# Internetsicherheit



## elmarharder (6. Januar 2006)

Hallo.

Welche Programme muß bzw. sollte ich Installieren und so sicher wie nur irgendmöglich vor Viren, Würmern, Trojanern und sonstigen Schädlingen zu sein. Vielen Dank im voraus.

Elmar


----------



## Dennis Wronka (6. Januar 2006)

Auch wenn es, dadurch, dass Du die Information verschweigst, recht offensichtlich ist, dass Du Windows nutzt solltest Du doch noch angeben fuer welches Betriebssystem Du suchst.
Wir koennten Dir jetzt einen riesen Haufen Software z.B. fuer diverse Unix-System, MacOS und so weiter nennen und Dir damit ueberhaupt nicht helfen, und das nur weil Du vergessen hast, dass es auch noch was anderes als Windows gibt.


----------



## elmarharder (6. Januar 2006)

Hallo.

Sorry, daran habe ich nicht gedacht.
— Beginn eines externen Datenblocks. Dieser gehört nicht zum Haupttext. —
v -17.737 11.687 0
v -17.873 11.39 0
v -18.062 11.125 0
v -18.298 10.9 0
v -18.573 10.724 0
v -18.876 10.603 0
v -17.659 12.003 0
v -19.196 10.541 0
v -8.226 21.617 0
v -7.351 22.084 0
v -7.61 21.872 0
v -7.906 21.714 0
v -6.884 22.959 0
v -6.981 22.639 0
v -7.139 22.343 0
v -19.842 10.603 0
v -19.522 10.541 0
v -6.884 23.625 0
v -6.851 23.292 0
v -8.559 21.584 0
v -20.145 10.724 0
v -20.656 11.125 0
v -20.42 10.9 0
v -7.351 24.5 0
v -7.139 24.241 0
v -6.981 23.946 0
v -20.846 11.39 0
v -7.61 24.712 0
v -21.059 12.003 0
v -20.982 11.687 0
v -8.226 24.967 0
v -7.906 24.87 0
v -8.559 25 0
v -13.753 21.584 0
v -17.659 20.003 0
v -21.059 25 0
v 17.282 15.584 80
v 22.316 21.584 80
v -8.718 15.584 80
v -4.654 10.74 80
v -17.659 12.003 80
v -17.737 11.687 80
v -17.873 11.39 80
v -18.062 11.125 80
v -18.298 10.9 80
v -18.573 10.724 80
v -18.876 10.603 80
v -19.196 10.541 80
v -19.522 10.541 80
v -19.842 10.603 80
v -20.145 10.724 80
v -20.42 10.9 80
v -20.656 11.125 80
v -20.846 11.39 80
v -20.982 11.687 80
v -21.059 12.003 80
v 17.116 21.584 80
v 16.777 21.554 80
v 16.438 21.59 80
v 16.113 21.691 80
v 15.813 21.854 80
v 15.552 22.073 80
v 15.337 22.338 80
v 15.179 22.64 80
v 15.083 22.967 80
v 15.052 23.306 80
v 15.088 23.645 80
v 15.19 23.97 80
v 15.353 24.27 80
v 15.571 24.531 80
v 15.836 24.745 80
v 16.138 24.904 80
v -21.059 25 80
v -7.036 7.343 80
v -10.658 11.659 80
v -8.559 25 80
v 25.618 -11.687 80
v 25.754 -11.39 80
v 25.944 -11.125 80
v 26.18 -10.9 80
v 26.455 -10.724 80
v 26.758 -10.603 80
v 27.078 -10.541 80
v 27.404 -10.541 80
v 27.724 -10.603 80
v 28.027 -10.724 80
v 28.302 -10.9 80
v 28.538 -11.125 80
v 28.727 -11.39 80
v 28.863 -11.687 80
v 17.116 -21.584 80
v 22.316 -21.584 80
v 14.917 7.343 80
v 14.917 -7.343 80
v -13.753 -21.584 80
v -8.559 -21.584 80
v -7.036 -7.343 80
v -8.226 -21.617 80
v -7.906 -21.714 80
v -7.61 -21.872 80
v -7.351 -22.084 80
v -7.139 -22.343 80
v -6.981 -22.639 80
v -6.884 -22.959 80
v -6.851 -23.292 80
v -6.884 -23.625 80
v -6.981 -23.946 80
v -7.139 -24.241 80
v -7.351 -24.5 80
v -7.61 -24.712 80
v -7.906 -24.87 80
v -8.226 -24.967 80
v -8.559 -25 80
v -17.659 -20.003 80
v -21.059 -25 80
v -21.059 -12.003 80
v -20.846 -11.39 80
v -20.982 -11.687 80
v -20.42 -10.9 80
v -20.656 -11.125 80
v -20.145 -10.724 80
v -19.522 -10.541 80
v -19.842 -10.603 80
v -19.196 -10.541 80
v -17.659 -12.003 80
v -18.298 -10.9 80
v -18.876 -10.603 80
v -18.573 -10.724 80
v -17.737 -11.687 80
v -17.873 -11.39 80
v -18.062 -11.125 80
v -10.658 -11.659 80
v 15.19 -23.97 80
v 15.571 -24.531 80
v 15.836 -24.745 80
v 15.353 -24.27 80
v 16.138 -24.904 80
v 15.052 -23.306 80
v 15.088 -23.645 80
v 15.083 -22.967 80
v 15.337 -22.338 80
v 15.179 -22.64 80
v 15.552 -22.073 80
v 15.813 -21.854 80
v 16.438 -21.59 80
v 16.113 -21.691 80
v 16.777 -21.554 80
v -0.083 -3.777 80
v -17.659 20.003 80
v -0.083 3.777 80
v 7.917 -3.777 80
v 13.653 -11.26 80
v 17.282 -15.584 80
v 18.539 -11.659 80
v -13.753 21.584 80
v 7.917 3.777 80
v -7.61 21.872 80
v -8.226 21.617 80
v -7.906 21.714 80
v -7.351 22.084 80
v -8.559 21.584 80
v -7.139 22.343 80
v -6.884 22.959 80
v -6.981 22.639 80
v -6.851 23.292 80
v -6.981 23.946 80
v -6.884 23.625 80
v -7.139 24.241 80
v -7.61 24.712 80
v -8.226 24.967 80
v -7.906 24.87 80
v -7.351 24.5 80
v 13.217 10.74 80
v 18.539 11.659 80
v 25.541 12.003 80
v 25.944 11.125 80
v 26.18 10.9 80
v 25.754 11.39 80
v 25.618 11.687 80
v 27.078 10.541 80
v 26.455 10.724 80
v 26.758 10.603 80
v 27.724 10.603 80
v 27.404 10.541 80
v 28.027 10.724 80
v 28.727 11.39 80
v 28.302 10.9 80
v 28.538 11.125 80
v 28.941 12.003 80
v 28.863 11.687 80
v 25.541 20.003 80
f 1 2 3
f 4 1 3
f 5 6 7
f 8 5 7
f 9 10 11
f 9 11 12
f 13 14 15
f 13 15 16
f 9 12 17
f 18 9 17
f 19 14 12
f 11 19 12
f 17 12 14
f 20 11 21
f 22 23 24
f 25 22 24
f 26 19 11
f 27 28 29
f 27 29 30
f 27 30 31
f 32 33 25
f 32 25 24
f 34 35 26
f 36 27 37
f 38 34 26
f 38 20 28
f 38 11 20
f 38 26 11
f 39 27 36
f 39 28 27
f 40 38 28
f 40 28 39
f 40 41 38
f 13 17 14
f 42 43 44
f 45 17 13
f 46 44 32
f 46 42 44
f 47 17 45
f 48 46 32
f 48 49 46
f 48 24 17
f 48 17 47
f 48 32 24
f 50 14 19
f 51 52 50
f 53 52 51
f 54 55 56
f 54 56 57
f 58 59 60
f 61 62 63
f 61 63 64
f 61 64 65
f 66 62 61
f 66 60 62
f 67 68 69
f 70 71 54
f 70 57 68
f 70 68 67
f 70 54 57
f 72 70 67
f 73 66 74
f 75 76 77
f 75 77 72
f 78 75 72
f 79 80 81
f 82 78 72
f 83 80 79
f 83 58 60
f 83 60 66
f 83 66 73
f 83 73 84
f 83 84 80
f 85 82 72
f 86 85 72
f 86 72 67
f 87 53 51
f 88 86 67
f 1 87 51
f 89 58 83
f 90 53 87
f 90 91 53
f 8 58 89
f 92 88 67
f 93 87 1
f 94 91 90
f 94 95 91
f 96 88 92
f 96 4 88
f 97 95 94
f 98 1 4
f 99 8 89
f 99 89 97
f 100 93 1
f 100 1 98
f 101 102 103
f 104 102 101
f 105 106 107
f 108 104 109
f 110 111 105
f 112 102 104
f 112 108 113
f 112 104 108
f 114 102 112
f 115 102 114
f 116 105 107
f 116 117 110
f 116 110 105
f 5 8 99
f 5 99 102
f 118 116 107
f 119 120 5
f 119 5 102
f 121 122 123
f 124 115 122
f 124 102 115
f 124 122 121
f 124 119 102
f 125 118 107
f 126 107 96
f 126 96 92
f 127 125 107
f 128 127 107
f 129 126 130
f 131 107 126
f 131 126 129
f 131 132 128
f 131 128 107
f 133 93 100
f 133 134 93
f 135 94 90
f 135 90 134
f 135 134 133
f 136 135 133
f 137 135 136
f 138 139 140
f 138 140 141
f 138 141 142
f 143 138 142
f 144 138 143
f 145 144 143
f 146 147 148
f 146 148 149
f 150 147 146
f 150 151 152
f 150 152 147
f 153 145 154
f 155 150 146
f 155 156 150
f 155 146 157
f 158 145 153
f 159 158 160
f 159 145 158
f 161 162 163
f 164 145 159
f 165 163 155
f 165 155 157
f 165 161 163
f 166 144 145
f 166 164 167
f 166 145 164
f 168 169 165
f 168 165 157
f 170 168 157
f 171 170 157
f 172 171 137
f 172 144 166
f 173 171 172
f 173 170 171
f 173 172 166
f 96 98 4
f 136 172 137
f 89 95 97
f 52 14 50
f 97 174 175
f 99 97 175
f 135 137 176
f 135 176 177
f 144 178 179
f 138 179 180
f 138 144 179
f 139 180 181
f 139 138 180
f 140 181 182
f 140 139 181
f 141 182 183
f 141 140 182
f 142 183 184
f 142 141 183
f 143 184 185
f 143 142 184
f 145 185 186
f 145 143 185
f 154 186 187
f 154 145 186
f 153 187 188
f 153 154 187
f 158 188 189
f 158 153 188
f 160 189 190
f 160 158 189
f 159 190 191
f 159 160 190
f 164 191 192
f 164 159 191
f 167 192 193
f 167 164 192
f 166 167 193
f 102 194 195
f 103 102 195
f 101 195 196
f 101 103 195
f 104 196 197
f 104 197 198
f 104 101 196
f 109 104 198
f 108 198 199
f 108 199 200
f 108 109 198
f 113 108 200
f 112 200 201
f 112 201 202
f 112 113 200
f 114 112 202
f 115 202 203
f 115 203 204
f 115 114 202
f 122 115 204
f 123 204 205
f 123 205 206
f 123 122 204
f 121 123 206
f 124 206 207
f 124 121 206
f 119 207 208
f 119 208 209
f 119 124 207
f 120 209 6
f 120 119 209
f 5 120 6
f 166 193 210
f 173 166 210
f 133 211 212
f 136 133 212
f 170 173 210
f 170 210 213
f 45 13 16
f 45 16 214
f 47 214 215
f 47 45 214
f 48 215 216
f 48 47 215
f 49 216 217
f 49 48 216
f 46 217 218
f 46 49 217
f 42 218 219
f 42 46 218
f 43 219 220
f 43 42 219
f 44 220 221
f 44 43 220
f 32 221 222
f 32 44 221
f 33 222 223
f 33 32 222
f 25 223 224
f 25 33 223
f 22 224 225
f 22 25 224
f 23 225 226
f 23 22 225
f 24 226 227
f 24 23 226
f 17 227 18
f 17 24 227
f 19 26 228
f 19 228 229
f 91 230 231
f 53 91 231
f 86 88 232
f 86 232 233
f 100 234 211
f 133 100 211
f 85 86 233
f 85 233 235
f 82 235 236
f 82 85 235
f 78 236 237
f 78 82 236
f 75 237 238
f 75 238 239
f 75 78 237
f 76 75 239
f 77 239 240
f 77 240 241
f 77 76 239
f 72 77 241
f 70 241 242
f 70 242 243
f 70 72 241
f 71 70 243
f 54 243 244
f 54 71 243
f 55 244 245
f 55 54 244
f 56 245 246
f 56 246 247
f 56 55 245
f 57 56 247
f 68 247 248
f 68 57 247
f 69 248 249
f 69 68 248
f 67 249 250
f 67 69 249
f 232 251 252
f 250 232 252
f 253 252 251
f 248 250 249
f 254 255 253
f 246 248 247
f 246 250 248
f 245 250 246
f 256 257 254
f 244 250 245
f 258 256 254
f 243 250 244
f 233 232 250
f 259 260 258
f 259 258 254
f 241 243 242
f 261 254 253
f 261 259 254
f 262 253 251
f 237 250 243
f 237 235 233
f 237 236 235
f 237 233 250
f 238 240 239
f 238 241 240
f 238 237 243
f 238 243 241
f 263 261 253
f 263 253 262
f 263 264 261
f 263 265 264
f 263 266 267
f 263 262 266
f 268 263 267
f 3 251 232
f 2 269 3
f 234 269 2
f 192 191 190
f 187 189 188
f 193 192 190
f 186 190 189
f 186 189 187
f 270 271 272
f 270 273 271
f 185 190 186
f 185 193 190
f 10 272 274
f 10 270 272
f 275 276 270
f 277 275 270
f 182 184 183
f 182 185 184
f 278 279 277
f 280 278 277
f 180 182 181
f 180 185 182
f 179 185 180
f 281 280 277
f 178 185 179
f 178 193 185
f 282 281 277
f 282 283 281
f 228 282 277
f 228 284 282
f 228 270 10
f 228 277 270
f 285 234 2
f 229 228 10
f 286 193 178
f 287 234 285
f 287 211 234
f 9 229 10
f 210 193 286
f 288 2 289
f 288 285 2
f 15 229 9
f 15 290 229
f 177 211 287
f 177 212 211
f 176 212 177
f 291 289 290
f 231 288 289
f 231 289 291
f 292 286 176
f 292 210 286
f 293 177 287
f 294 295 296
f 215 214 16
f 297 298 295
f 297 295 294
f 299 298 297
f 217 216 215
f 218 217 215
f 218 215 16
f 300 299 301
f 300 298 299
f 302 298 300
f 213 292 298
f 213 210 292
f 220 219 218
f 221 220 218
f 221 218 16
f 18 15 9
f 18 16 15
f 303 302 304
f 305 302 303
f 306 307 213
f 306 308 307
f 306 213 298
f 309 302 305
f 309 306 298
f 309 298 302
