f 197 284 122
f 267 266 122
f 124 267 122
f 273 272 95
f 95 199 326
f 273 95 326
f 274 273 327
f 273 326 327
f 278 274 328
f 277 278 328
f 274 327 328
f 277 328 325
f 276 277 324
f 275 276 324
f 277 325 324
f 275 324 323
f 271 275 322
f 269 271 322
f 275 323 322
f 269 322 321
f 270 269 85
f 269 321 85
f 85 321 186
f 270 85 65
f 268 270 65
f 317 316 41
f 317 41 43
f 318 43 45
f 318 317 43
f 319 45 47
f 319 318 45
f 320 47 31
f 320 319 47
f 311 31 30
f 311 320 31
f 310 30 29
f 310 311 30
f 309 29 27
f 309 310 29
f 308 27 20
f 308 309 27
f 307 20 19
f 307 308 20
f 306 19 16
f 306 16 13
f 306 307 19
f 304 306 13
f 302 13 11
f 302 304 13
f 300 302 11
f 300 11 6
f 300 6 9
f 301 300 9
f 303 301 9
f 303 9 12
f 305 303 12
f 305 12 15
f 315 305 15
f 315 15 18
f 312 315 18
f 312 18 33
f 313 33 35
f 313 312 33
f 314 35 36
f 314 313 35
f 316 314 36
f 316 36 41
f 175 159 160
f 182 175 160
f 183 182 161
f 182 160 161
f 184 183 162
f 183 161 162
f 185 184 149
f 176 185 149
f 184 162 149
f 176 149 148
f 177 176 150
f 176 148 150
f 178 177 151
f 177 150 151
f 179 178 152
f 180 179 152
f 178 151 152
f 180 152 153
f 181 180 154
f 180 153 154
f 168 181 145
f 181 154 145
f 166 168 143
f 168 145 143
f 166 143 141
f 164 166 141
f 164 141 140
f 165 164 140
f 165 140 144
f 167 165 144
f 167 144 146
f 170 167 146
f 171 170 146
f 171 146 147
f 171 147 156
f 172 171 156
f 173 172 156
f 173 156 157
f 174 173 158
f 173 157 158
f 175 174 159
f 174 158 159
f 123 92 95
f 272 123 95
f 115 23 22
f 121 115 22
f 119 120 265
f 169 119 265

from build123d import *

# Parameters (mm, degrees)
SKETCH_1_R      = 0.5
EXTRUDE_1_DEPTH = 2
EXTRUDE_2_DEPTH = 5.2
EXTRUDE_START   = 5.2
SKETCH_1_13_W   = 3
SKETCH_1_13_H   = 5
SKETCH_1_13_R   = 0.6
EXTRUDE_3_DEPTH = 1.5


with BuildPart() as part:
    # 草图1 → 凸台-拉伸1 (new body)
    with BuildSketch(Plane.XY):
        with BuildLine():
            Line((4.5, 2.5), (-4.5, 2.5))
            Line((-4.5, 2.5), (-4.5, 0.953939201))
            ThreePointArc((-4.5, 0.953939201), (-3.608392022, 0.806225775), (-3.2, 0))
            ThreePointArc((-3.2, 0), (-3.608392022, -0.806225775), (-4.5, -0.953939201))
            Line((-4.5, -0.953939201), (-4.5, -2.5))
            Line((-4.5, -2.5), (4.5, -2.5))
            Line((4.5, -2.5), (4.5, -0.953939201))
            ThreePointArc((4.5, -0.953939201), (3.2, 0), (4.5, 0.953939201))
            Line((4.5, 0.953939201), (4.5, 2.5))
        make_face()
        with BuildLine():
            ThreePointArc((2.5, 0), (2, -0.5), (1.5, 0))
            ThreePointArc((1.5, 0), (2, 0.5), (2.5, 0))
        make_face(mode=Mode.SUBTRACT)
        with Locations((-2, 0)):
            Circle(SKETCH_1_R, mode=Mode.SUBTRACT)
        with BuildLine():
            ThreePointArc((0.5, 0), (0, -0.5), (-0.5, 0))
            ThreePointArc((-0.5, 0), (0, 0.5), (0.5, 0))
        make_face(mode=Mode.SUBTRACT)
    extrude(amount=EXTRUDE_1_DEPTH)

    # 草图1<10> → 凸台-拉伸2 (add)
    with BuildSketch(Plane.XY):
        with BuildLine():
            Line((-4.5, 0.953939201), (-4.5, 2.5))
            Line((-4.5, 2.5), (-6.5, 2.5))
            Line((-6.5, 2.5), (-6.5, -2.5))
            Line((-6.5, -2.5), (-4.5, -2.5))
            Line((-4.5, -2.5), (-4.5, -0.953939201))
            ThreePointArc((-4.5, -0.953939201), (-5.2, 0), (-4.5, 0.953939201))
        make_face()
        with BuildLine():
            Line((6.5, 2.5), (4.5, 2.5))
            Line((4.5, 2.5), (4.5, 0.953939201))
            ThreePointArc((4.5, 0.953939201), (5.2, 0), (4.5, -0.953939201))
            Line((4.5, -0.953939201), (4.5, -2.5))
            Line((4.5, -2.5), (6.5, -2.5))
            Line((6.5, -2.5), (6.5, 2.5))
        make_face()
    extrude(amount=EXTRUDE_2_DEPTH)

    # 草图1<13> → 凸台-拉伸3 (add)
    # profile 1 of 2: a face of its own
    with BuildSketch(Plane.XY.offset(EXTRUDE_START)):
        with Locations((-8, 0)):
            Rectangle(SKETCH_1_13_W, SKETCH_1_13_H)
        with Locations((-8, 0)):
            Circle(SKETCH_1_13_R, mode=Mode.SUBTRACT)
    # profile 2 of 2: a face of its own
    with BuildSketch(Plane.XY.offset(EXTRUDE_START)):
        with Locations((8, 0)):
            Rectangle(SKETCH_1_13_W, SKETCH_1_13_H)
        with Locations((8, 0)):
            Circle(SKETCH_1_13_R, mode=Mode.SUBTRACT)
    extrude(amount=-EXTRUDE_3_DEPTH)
Ich besitze Windows XP Professional und will meinen PC so sicher wie möglich machen.

Elmar


----------



## Sinac (6. Januar 2006)

Wozu schreibe ich sowas eigentlich?
http://www.tutorials.de/tutorials215684.html


----------



## Dennis Wronka (6. Januar 2006)

Sinac hat gesagt.:
			
		

> Wozu schreibe ich sowas eigentlich?
> http://www.tutorials.de/tutorials215684.html


Um den Server zu fuellen.


----------